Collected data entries
-- -- --

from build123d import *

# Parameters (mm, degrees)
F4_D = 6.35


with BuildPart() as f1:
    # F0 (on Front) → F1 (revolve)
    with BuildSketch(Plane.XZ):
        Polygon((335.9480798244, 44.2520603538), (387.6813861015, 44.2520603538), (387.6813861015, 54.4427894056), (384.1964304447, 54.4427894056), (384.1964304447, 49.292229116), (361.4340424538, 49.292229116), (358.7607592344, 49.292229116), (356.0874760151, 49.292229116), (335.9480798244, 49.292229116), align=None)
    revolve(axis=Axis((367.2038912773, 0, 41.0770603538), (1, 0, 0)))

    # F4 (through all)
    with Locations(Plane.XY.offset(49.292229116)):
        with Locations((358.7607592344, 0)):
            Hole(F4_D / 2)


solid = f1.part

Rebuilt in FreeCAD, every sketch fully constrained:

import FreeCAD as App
import Part
import Sketcher
from FreeCAD import Vector
Q = App.Units.Quantity


def add_polygon(sketch, points):
    """Adds a closed chain of lines whose ends are joined by coincident constraints."""
    first, n = sketch.GeometryCount, len(points)
    for a, b in zip(points, points[1:] + points[:1]):
        sketch.addGeometry(Part.LineSegment(App.Vector(*a, 0), App.Vector(*b, 0)), False)
    for i in range(n):
        sketch.addConstraint(Sketcher.Constraint("Coincident", first + i, 2, first + (i + 1) % n, 1))

doc = App.newDocument("Part")
body = doc.addObject("PartDesign::Body", "Body")

sketch1 = body.newObject("Sketcher::SketchObject", "Sketch")
sketch1.AttachmentSupport = (doc.getObject("XZ_Plane"), [""])
sketch1.MapMode = "FlatFace"
add_polygon(sketch1, [(335.94808, 44.25206), (387.681386, 44.25206), (387.681386, 54.442789), (384.19643, 54.442789), (384.19643, 49.292229), (335.94808, 49.292229)])
sketch1.addGeometry(Part.LineSegment(Vector(335.94808, 41.07706, 0), Vector(387.681386, 41.07706, 0)), True)
sketch1.addConstraint([
    Sketcher.Constraint("Horizontal", 0),
    Sketcher.Constraint("Vertical", 1),
    Sketcher.Constraint("Horizontal", 2),
    Sketcher.Constraint("Vertical", 3),
    Sketcher.Constraint("Horizontal", 4),
    Sketcher.Constraint("Vertical", 5),
    Sketcher.Constraint("Horizontal", 6),
    Sketcher.Constraint("Vertical", 5, 2, 6, 1),
    Sketcher.Constraint("Vertical", 1, 2, 6, 2),
    Sketcher.Constraint("DistanceY", 6, 1, 5, 2, Q("0.125 in")),
    Sketcher.Constraint("DistanceX", 4, 2, 4, 1, 48.248351),
    Sketcher.Constraint("DistanceY", 1, 1, 1, 2, 10.190729),
    Sketcher.Constraint("DistanceY", 3, 2, 3, 1, 5.15056),
    Sketcher.Constraint("DistanceX", 0, 1, 0, 2, 51.733306),
    Sketcher.Constraint("DistanceY", -1, 1, 0, 2, 44.25206),
    Sketcher.Constraint("DistanceX", -1, 1, 2, 2, 384.19643),
])
revolution = body.newObject("PartDesign::Revolution", "Revolution")
revolution.Profile = sketch1
revolution.ReferenceAxis = (sketch1, ["Axis0"])
revolution.Angle = 360

sketch2 = body.newObject("Sketcher::SketchObject", "Sketch001")
sketch2.AttachmentSupport = (doc.getObject("XY_Plane"), [""])
sketch2.MapMode = "FlatFace"
sketch2.AttachmentOffset = App.Placement(Vector(0, 0, 49.292229), App.Rotation())
sketch2.addGeometry(Part.Circle(Vector(358.760759, 0, 0), Vector(0, 0, 1), 3.175), False)
sketch2.addConstraint([
    Sketcher.Constraint("PointOnObject", 0, 3, -1),
    Sketcher.Constraint("Diameter", 0, Q("0.25 in")),
    Sketcher.Constraint("DistanceX", -1, 1, 0, 3, 358.760759),
])
doc.recompute()
hole = body.newObject("PartDesign::Hole", "Hole")
hole.Profile = sketch2
hole.ThreadType = "None"
hole.Diameter = Q("0.25 in")
hole.DepthType = "ThroughAll"

doc.recompute()
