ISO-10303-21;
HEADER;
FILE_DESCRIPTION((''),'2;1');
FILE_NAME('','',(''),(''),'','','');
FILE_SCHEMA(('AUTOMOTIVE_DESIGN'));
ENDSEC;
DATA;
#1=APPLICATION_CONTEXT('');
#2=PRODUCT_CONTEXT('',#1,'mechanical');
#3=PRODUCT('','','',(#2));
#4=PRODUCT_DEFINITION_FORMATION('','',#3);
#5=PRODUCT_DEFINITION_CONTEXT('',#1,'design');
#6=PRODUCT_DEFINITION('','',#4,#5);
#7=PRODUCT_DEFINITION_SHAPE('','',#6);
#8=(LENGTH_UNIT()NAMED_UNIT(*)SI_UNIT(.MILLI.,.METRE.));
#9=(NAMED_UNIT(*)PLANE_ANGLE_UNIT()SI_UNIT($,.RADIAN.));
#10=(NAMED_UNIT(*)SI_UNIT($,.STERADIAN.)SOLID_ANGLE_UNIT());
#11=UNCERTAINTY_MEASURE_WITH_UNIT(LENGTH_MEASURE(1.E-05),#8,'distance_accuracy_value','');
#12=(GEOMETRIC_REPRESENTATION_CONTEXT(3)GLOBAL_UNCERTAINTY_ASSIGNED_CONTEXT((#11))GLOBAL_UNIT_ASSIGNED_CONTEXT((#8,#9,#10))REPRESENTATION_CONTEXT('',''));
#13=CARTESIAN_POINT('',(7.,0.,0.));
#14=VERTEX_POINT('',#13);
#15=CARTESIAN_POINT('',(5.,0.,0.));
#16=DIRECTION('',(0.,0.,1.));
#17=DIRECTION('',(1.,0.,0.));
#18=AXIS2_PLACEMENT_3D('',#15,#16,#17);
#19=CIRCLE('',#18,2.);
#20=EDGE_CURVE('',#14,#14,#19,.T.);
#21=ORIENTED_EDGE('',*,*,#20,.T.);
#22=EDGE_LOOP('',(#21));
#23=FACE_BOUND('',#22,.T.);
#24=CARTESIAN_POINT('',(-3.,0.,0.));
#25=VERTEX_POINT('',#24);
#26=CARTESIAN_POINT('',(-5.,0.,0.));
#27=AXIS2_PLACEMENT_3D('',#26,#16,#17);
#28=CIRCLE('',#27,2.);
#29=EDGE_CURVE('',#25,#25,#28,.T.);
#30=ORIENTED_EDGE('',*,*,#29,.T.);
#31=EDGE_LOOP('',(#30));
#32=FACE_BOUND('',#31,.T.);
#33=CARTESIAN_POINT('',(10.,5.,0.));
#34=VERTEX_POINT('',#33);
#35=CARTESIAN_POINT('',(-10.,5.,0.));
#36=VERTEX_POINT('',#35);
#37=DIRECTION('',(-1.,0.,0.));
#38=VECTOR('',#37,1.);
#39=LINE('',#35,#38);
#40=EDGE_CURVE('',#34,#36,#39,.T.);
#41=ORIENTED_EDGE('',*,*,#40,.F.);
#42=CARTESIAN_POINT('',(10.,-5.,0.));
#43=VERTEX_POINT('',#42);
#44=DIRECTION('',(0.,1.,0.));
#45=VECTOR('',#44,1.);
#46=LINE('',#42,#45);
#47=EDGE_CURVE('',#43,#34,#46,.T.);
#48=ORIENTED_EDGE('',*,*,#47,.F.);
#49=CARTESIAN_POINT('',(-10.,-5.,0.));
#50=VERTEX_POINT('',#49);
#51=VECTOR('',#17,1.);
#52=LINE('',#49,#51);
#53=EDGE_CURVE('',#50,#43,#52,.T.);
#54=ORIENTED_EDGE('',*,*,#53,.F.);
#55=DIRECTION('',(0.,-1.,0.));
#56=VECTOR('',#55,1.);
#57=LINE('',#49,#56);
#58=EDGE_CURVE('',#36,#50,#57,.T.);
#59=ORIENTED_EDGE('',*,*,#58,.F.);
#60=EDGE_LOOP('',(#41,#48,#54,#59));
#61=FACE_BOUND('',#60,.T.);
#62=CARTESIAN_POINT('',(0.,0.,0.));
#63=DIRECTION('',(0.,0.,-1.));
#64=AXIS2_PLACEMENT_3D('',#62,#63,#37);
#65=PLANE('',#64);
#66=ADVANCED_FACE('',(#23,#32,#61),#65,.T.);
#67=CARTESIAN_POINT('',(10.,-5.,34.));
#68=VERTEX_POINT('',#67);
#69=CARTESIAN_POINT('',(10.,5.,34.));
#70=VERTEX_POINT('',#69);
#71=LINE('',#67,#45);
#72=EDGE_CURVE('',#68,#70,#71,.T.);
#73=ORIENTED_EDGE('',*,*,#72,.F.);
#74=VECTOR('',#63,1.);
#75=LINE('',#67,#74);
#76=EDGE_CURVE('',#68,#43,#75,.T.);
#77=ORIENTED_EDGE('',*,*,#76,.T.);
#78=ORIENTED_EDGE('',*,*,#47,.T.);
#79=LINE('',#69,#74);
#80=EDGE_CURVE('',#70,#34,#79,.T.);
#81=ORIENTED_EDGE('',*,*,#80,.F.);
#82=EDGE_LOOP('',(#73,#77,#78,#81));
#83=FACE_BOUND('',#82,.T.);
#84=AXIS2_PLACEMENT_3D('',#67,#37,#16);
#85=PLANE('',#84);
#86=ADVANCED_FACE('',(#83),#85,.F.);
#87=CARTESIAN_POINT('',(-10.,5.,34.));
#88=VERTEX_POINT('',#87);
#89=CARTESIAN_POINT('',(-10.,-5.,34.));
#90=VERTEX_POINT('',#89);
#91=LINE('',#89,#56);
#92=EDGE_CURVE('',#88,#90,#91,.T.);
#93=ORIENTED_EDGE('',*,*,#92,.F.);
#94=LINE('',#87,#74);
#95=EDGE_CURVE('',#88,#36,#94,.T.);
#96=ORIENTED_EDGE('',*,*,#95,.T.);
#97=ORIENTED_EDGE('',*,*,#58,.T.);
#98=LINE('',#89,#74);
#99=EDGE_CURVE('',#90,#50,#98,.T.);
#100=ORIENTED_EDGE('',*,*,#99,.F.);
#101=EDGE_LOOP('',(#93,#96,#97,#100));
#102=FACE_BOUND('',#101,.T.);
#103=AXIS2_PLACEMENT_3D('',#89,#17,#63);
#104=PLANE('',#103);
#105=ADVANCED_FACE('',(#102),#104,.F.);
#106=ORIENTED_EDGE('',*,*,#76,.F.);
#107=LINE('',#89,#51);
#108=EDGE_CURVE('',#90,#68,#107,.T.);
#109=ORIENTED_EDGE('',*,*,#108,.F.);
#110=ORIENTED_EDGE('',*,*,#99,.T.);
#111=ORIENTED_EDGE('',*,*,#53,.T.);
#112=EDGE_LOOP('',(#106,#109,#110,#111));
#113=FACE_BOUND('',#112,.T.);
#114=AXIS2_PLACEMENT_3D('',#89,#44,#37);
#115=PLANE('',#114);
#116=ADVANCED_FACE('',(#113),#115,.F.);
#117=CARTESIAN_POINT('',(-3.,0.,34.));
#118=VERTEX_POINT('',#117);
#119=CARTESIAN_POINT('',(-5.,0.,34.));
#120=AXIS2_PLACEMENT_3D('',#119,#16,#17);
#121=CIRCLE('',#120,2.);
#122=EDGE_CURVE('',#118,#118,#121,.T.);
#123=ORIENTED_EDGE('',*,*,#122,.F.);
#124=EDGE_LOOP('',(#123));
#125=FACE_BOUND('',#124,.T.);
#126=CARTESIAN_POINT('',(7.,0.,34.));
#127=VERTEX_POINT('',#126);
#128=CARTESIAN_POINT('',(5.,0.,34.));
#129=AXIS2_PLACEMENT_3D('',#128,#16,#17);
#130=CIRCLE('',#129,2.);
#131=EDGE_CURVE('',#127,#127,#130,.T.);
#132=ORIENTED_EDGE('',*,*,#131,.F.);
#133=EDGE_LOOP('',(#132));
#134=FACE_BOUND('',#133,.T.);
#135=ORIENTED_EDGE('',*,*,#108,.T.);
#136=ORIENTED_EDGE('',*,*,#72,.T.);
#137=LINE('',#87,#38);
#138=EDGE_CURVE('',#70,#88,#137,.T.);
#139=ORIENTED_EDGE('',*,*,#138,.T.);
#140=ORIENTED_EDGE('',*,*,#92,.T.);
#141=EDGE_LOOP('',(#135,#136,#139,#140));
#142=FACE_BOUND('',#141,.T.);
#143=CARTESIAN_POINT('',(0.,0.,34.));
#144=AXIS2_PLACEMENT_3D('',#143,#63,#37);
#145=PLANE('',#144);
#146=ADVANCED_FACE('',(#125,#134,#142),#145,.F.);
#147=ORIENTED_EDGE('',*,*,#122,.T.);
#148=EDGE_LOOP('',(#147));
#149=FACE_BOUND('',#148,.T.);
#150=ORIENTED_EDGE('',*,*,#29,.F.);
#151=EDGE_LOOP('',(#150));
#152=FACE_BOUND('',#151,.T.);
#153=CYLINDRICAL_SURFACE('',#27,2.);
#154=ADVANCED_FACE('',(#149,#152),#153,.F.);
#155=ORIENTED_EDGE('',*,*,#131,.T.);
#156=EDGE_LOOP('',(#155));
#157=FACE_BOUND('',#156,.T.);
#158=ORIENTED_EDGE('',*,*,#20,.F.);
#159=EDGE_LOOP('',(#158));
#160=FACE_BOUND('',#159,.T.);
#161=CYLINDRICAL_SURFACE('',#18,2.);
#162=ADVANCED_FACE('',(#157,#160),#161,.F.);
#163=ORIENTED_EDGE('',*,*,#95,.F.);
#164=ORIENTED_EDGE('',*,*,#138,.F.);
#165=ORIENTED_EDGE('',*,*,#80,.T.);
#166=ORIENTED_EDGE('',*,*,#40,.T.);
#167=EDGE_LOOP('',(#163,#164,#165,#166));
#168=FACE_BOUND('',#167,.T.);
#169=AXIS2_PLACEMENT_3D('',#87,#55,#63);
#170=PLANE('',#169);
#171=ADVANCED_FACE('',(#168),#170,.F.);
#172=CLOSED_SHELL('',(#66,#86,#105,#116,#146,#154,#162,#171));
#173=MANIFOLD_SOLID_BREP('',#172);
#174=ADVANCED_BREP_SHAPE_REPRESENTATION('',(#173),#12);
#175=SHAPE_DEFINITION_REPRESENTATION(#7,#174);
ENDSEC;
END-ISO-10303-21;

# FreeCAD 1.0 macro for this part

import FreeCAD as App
import Part
import Sketcher
from FreeCAD import Vector

doc = App.newDocument("Part")
body = doc.addObject("PartDesign::Body", "Body")

# Sketch on XY plane
sketch1 = body.newObject("Sketcher::SketchObject", "Sketch")
sketch1.AttachmentSupport = (doc.getObject("XY_Plane"), [""])
sketch1.MapMode = "FlatFace"
sketch1.addGeometry([
    Part.LineSegment(Vector(-10, 5, 0), Vector(-10, -5, 0)),
    Part.LineSegment(Vector(-10, -5, 0), Vector(10, -5, 0)),
    Part.LineSegment(Vector(10, -5, 0), Vector(10, 5, 0)),
    Part.LineSegment(Vector(10, 5, 0), Vector(-10, 5, 0)),
], False)
sketch1.addConstraint([
    Sketcher.Constraint("Coincident", 0, 2, 1, 1),
    Sketcher.Constraint("Coincident", 1, 2, 2, 1),
    Sketcher.Constraint("Coincident", 2, 2, 3, 1),
    Sketcher.Constraint("Coincident", 3, 2, 0, 1),
    Sketcher.Constraint("Vertical", 0),
    Sketcher.Constraint("Horizontal", 1),
    Sketcher.Constraint("Vertical", 2),
    Sketcher.Constraint("Horizontal", 3),
    Sketcher.Constraint("Symmetric", 0, 2, 2, 2, -1, 1),
    Sketcher.Constraint("DistanceX", 1, 1, 1, 2, 20.0),
    Sketcher.Constraint("DistanceY", 0, 2, 0, 1, 10.0),
])
pad1 = body.newObject("PartDesign::Pad", "Pad")
pad1.Profile = sketch1
pad1.Length = 34

# Sketch on XY plane
sketch2 = body.newObject("Sketcher::SketchObject", "Sketch001")
sketch2.AttachmentSupport = (doc.getObject("XY_Plane"), [""])
sketch2.MapMode = "FlatFace"
sketch2.AttachmentOffset = App.Placement(Vector(0, 0, 34), App.Rotation())
sketch2.addGeometry([
    Part.Circle(Vector(-5, 0, 0), Vector(0, 0, 1), 2),
    Part.Circle(Vector(5, 0, 0), Vector(0, 0, 1), 2),
], False)
sketch2.addConstraint([
    Sketcher.Constraint("Equal", 0, 1),
    Sketcher.Constraint("Symmetric", 0, 3, 1, 3, -1, 1),
    Sketcher.Constraint("PointOnObject", 0, 3, -1),
    Sketcher.Constraint("Diameter", 0, 4.0),
    Sketcher.Constraint("DistanceX", 0, 3, -1, 1, 5.0),
])
pocket1 = body.newObject("PartDesign::Pocket", "Pocket")
pocket1.Profile = sketch2
pocket1.Length = 34

doc.recompute()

-- -- --

Requirement
Go to the line with "Hole(F4_D / 2)" in the entries above and repeat every line from there through the line with "Rebuilt in FreeCAD, every", exactly and with no other text.

Written solution
            Hole(F4_D / 2)


solid = f1.part

Rebuilt in FreeCAD, every sketch fully constrained:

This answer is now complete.